Unraveling the Dilemma of AI Errors: Exploring the Effectiveness of Human and Machine Explanations for Large Language Models
Marvin Pafla, Kate Larson, Mark Hancock
TL;DR
The paper assesses the efficacy of human versus machine explanations for Large Language Models in a QA setting using SQuAD-based tasks. It collects 156 human explanations and contrasts them with machine explanations from integrated gradients, conservative LRP, and ChatGPT, evaluating them in a large online study (N=136) across correct and incorrect AI outputs. Findings show human saliency explanations are more helpful than machine ones, yet explainability can decrease performance when explanations accompany incorrect AI predictions, revealing an AI-explanation dilemma and confirmation bias risk. The study offers design and research recommendations to improve XAI practice, emphasizing the importance of including incorrect predictions in evaluations and framing explanations as exploratory aids rather than definitive explanations.
Abstract
The field of eXplainable artificial intelligence (XAI) has produced a plethora of methods (e.g., saliency-maps) to gain insight into artificial intelligence (AI) models, and has exploded with the rise of deep learning (DL).
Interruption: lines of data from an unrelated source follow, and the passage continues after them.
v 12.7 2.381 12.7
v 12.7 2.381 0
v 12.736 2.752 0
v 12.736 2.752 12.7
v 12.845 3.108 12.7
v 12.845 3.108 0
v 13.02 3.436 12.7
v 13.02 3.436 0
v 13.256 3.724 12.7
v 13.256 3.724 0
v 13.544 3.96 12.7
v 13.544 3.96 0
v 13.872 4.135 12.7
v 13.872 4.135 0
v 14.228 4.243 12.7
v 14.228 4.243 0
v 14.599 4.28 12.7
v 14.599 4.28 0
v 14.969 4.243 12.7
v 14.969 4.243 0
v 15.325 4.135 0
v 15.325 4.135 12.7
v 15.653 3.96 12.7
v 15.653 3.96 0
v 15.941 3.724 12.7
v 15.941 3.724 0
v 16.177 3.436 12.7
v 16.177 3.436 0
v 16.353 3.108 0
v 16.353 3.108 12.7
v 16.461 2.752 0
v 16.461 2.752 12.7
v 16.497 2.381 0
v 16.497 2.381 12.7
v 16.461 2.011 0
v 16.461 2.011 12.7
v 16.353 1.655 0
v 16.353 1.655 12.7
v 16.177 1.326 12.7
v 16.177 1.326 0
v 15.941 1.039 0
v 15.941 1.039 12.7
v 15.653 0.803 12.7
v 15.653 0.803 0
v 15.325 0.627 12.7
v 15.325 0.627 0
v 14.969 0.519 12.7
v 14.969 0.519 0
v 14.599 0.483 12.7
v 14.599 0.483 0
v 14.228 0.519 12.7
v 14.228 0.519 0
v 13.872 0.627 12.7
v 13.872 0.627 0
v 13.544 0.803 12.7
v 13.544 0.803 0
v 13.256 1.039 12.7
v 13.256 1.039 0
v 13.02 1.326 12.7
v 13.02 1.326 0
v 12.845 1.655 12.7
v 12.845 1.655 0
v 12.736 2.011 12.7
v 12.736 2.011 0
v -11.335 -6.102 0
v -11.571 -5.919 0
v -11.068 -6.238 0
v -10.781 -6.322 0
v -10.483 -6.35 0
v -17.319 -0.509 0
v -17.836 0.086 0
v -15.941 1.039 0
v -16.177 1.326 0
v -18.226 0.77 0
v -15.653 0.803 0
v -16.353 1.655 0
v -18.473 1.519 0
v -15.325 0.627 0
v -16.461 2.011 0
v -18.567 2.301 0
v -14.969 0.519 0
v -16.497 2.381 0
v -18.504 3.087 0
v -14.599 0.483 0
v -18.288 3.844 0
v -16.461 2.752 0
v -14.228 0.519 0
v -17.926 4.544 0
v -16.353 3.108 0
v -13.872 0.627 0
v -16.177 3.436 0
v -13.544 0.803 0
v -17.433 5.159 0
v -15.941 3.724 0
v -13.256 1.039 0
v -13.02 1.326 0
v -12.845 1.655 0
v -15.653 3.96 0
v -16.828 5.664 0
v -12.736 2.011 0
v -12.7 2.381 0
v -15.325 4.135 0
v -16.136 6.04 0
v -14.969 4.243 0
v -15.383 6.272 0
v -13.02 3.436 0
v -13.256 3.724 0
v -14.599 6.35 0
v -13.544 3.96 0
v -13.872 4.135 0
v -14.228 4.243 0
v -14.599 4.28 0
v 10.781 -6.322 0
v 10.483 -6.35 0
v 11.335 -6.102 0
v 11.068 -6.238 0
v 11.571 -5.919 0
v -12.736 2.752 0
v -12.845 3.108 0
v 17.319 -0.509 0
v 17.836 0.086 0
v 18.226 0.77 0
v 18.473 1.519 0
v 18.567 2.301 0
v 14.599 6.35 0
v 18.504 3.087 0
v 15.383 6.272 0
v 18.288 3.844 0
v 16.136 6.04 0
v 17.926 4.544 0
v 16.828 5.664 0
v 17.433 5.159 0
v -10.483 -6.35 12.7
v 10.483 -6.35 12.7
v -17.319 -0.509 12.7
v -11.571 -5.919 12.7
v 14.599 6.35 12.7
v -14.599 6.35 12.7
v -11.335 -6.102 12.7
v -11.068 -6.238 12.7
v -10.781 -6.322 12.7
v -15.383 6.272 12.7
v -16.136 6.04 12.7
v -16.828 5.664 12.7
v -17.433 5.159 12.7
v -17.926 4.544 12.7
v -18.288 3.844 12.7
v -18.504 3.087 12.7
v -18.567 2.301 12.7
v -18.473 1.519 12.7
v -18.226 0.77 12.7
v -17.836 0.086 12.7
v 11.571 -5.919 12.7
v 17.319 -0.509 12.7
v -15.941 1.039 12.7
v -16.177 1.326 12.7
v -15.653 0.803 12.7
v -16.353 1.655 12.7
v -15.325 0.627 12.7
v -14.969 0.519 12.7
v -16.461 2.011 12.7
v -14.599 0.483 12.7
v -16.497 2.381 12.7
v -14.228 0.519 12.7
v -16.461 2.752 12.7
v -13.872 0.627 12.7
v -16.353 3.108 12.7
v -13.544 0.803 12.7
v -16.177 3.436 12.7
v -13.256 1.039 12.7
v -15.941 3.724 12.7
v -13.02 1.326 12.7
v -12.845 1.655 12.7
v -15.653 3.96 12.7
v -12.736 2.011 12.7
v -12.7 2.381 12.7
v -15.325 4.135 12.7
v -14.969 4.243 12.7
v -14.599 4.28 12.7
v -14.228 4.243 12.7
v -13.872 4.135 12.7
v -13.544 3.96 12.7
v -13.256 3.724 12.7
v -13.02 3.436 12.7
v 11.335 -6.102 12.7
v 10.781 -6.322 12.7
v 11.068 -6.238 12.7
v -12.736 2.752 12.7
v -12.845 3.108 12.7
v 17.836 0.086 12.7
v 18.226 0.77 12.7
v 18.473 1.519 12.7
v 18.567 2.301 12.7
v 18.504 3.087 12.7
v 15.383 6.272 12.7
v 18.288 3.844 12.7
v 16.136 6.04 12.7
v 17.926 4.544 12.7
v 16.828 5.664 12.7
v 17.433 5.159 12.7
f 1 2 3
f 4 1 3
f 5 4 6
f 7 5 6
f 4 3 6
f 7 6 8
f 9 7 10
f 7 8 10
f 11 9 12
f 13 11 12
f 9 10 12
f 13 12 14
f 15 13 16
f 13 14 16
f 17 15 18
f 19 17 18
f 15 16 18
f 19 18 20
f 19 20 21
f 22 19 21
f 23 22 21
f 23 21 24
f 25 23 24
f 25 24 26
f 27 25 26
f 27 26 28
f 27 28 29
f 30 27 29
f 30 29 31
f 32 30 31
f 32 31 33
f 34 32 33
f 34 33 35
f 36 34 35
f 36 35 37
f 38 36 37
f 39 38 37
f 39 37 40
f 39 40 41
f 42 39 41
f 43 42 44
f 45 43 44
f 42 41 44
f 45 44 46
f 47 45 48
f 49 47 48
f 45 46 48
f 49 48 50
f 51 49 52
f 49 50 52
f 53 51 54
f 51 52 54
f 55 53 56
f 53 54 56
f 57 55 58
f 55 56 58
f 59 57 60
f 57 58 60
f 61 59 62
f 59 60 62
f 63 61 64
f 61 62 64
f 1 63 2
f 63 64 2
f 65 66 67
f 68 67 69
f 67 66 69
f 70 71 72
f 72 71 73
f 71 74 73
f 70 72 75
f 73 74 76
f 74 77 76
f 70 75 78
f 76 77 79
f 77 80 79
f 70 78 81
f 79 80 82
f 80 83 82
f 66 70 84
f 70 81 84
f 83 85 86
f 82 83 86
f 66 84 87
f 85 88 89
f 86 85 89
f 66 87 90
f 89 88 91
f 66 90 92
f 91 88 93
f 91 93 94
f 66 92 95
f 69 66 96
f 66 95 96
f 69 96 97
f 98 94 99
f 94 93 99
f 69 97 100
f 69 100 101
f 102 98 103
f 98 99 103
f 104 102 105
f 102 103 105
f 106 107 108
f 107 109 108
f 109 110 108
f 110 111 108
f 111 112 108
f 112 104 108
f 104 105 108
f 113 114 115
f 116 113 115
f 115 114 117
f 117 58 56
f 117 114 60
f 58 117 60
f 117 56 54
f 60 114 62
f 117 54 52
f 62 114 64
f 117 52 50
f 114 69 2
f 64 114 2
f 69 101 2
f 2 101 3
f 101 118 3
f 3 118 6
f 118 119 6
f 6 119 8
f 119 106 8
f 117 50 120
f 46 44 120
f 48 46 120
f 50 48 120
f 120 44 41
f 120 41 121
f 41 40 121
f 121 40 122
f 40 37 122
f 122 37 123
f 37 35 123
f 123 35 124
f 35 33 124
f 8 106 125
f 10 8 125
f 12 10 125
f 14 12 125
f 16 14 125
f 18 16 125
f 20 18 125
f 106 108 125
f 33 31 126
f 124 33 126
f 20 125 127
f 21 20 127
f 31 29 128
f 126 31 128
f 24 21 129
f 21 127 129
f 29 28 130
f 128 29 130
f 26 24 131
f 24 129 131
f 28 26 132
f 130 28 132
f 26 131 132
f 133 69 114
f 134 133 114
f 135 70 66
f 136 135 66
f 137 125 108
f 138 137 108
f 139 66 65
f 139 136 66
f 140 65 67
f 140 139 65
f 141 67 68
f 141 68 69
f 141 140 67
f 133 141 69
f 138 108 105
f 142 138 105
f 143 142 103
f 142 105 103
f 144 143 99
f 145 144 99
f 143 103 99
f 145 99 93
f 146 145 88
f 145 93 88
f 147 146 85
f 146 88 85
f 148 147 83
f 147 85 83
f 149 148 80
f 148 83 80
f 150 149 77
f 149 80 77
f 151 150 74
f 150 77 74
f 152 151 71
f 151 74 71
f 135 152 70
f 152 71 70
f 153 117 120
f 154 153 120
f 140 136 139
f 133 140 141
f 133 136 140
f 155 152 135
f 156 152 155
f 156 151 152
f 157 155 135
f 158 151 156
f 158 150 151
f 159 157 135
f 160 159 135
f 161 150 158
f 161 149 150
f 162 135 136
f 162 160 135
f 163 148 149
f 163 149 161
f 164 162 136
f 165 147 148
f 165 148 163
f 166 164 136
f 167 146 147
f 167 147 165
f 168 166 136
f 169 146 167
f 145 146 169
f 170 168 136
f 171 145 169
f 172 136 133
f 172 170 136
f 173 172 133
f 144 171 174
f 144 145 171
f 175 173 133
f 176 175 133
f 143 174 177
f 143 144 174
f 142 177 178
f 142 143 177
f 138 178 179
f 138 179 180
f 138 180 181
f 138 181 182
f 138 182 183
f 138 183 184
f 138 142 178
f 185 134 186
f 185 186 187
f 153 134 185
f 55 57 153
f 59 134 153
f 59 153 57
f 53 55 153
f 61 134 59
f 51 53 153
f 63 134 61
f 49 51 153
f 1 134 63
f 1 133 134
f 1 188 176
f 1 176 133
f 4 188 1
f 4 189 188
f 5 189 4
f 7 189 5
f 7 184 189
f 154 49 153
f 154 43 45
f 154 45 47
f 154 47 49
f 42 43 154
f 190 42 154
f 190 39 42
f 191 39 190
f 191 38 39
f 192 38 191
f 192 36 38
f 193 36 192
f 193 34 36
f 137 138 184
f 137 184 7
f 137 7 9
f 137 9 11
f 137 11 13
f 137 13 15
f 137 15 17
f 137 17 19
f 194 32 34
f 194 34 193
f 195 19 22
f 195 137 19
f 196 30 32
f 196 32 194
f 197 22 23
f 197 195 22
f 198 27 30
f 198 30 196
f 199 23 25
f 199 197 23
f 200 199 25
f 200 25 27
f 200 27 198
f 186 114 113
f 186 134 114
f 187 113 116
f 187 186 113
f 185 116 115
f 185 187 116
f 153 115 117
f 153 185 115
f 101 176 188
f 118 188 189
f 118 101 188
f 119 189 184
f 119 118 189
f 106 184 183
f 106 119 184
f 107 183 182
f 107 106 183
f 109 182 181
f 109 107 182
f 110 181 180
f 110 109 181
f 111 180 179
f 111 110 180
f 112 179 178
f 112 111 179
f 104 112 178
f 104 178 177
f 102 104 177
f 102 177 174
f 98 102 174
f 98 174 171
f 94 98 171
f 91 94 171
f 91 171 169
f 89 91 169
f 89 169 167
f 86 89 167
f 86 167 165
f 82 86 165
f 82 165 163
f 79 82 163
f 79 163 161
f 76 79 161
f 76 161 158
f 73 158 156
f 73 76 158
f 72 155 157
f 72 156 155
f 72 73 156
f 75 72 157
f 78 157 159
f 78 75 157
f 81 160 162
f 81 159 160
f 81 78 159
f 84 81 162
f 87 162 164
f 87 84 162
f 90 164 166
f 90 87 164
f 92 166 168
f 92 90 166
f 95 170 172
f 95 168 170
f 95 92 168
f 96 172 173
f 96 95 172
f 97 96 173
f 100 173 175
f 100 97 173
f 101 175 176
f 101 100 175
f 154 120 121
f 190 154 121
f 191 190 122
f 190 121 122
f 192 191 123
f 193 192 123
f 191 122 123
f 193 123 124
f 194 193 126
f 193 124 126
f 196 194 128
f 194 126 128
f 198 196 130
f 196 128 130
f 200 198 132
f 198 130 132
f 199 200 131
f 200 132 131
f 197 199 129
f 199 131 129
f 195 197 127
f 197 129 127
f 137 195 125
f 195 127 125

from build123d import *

# Parameters (mm, degrees)
SKETCH1_R             = 1.89865
BOSS_EXTRUDE1_DEPTH   = 12.7
FILLET1_R             = 1.5875
F_6_CLEARANCE_HOLE1_D = 3.7973


with BuildPart() as part:
    # Sketch1 → Boss-Extrude1 (new body)
    with BuildSketch(Plane.XY):
        with BuildLine():
            Line((-17.318712187, -0.508773921), (-11.1125, -6.35))
            Line((-11.1125, -6.35), (11.1125, -6.35))
            Line((11.1125, -6.35), (17.318712187, -0.508773921))
            ThreePointArc((17.318712187, -0.508773921), (18.287874783, 3.844327942), (14.59865, 6.35))
            Line((14.59865, 6.35), (12.7, 6.35))
            Line((12.7, 6.35), (-12.7, 6.35))
            Line((-12.7, 6.35), (-14.59865, 6.35))
            ThreePointArc((-14.59865, 6.35), (-18.287874783, 3.844327942), (-17.318712187, -0.508773921))
        make_face()
        with Locations((-14.59865, 2.38125)):
            Circle(SKETCH1_R, mode=Mode.SUBTRACT)
    extrude(amount=BOSS_EXTRUDE1_DEPTH)

    # Fillet1
    fillet1_edges = [part.edges().sort_by_distance(p)[0] for p in [
        (11.1125, -6.35, 6.35),
        (-11.1125, -6.35, 6.35),
    ]]
    fillet(fillet1_edges, radius=FILLET1_R)

    # #6 Clearance Hole1 (through all)
    with Locations(Plane.XY.offset(12.7)):
        with Locations((-14.59865, 2.38125), (14.59865, 2.38125)):
            Hole(F_6_CLEARANCE_HOLE1_D / 2)


solid = part.part
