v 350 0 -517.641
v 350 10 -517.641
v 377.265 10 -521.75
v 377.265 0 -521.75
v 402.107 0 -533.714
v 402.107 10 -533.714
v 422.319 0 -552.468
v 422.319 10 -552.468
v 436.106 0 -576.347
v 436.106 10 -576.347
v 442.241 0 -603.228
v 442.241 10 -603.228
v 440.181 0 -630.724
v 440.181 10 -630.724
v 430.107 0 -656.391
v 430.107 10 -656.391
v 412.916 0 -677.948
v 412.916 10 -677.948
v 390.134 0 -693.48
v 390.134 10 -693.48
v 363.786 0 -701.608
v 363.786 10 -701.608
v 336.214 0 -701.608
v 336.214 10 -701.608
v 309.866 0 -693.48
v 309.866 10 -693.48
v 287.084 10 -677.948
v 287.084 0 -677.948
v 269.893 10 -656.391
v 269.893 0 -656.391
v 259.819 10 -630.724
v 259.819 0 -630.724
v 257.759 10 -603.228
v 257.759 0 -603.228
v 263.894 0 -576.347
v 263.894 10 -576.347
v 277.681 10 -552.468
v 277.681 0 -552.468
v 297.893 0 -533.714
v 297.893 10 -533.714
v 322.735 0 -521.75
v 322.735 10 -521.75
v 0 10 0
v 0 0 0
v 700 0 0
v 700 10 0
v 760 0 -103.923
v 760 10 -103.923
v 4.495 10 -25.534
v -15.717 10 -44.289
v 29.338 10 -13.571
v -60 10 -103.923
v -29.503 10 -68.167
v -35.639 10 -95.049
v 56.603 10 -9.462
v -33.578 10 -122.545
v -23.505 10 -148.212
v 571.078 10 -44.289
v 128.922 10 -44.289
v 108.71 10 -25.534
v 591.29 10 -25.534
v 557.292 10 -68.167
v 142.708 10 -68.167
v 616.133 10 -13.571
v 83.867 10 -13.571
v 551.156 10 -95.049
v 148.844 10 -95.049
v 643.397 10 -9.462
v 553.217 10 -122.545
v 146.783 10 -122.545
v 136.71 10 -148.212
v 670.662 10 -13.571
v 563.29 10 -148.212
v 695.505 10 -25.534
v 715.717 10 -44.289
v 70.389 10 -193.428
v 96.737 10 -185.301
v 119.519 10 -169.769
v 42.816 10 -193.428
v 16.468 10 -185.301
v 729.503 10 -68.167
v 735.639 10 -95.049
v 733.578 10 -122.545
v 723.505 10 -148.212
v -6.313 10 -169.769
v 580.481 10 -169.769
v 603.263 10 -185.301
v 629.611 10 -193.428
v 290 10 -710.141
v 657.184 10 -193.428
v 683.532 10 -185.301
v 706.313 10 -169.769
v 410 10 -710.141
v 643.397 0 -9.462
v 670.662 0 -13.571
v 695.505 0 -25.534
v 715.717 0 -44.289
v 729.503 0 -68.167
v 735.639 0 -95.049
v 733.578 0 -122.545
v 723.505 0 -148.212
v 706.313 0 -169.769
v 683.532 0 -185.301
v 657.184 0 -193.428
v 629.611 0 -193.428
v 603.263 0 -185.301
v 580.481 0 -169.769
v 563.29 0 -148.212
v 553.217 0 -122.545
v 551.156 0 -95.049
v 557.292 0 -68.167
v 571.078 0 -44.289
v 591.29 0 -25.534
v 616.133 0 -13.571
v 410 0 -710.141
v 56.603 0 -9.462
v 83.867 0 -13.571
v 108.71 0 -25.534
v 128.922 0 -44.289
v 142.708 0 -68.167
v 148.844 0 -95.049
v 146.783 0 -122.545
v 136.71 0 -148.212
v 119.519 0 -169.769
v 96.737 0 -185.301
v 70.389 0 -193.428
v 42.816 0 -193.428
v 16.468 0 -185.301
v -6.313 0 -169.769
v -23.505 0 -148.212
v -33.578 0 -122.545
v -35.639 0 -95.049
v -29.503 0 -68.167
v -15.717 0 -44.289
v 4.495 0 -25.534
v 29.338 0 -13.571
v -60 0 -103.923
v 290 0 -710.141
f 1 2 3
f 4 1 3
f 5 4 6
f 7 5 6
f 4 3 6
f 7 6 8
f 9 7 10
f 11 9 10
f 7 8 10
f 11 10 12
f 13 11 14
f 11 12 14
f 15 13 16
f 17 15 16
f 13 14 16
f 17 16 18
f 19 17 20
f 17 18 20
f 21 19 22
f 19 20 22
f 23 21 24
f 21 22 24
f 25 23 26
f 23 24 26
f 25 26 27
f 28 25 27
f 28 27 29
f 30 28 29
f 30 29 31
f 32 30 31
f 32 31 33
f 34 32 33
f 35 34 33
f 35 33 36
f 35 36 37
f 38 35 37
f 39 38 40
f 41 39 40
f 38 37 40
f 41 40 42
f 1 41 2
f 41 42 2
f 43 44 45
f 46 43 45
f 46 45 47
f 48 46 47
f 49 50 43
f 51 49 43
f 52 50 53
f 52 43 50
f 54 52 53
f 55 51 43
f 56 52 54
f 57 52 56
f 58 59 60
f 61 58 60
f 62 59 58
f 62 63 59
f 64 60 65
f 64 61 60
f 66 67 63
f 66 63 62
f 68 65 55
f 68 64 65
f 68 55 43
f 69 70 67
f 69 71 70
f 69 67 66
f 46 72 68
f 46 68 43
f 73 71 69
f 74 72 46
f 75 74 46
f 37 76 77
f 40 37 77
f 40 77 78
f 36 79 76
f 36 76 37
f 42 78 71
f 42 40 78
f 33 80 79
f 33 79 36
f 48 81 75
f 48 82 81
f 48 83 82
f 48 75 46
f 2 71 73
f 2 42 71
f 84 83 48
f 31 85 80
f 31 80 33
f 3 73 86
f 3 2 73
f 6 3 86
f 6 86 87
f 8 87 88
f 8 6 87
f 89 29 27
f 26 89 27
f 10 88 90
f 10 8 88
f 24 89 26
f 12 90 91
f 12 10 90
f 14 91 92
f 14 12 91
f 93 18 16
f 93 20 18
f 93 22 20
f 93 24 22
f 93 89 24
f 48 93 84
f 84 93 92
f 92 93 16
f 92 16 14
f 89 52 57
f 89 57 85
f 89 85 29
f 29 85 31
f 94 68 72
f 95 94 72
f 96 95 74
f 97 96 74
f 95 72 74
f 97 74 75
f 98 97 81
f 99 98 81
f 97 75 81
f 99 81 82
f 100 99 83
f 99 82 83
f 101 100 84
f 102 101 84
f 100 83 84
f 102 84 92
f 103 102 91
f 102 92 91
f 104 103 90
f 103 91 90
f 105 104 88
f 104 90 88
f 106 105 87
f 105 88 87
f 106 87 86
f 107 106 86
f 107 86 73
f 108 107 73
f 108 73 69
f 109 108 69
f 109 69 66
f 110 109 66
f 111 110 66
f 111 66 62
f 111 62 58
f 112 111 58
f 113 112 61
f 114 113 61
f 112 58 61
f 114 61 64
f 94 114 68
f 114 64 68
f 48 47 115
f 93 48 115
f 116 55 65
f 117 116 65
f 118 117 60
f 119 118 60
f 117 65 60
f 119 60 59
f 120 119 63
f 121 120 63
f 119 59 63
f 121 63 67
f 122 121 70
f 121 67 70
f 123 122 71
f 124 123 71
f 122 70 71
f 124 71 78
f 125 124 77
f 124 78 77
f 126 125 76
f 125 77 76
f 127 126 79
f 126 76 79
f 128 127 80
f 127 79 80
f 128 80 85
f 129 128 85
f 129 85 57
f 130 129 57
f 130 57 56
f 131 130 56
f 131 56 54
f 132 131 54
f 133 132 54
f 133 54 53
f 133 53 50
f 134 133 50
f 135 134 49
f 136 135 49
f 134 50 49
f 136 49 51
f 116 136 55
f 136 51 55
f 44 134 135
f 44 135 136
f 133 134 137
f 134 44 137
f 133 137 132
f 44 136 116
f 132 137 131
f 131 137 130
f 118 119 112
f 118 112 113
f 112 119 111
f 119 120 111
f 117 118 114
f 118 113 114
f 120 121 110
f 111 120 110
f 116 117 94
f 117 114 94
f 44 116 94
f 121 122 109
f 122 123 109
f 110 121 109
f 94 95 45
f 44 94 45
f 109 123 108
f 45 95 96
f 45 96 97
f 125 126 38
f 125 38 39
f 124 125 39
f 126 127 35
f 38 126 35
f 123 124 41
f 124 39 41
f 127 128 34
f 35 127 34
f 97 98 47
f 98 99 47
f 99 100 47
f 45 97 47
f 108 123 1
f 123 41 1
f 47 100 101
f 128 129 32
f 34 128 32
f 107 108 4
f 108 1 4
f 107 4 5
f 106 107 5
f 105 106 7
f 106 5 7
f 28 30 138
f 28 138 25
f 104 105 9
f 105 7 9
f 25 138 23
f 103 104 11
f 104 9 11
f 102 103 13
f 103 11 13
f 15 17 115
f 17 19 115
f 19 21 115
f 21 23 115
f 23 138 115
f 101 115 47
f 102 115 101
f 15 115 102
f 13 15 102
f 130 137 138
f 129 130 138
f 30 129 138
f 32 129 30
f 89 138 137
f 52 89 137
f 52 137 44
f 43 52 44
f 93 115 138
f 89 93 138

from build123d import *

# Parameters (mm, degrees)
EXTRUDE_1_DEPTH     = 10
SKETCH_2_R          = 92.5
CUT_EXTRUDE_1_DEPTH = 10


with BuildPart() as part:
    # 草图1 → 凸台-拉伸1 (new body)
    with BuildSketch(Plane(origin=(0, 0, 0), x_dir=(1, 0, 0), z_dir=(0, 1, 0))):
        Polygon((0, 0), (700, 0), (760, 103.923048454), (410, 710.140831103), (290, 710.140831103), (-60, 103.923048454), align=None)
    extrude(amount=EXTRUDE_1_DEPTH)

    # 草图2 → 切除-拉伸1 (cut)
    with BuildSketch(Plane(origin=(0, 10, 0), x_dir=(1, 0, 0), z_dir=(0, 1, 0))):
        with Locations(Location((56.602540378, 101.961524227, 0), (0, 0, 270))):
            Circle(SKETCH_2_R)
        with Locations(Location((643.397459622, 101.961524227, 0), (0, 0, 270))):
            Circle(SKETCH_2_R)
        with Locations(Location((350, 610.140831103, 0), (0, 0, 270))):
            Circle(SKETCH_2_R)
    extrude(amount=-CUT_EXTRUDE_1_DEPTH, mode=Mode.SUBTRACT)


solid = part.part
However, human-participant studies question the efficacy of these methods, particularly when the AI output is wrong. In this study, we collected and analyzed 156 human-generated text and saliency-based explanations collected in a question-answering task (N=40) and compared them empirically to state-of-the-art XAI explanations (integrated gradients, conservative LRP, and ChatGPT) in a human-participant study (N=136). Our findings show that participants found human saliency maps to be more helpful in explaining AI answers than machine saliency maps, but performance negatively correlated with trust in the AI model and explanations. This finding hints at the dilemma of AI errors in explanation, where helpful explanations can lead to lower task performance when they support wrong AI predictions.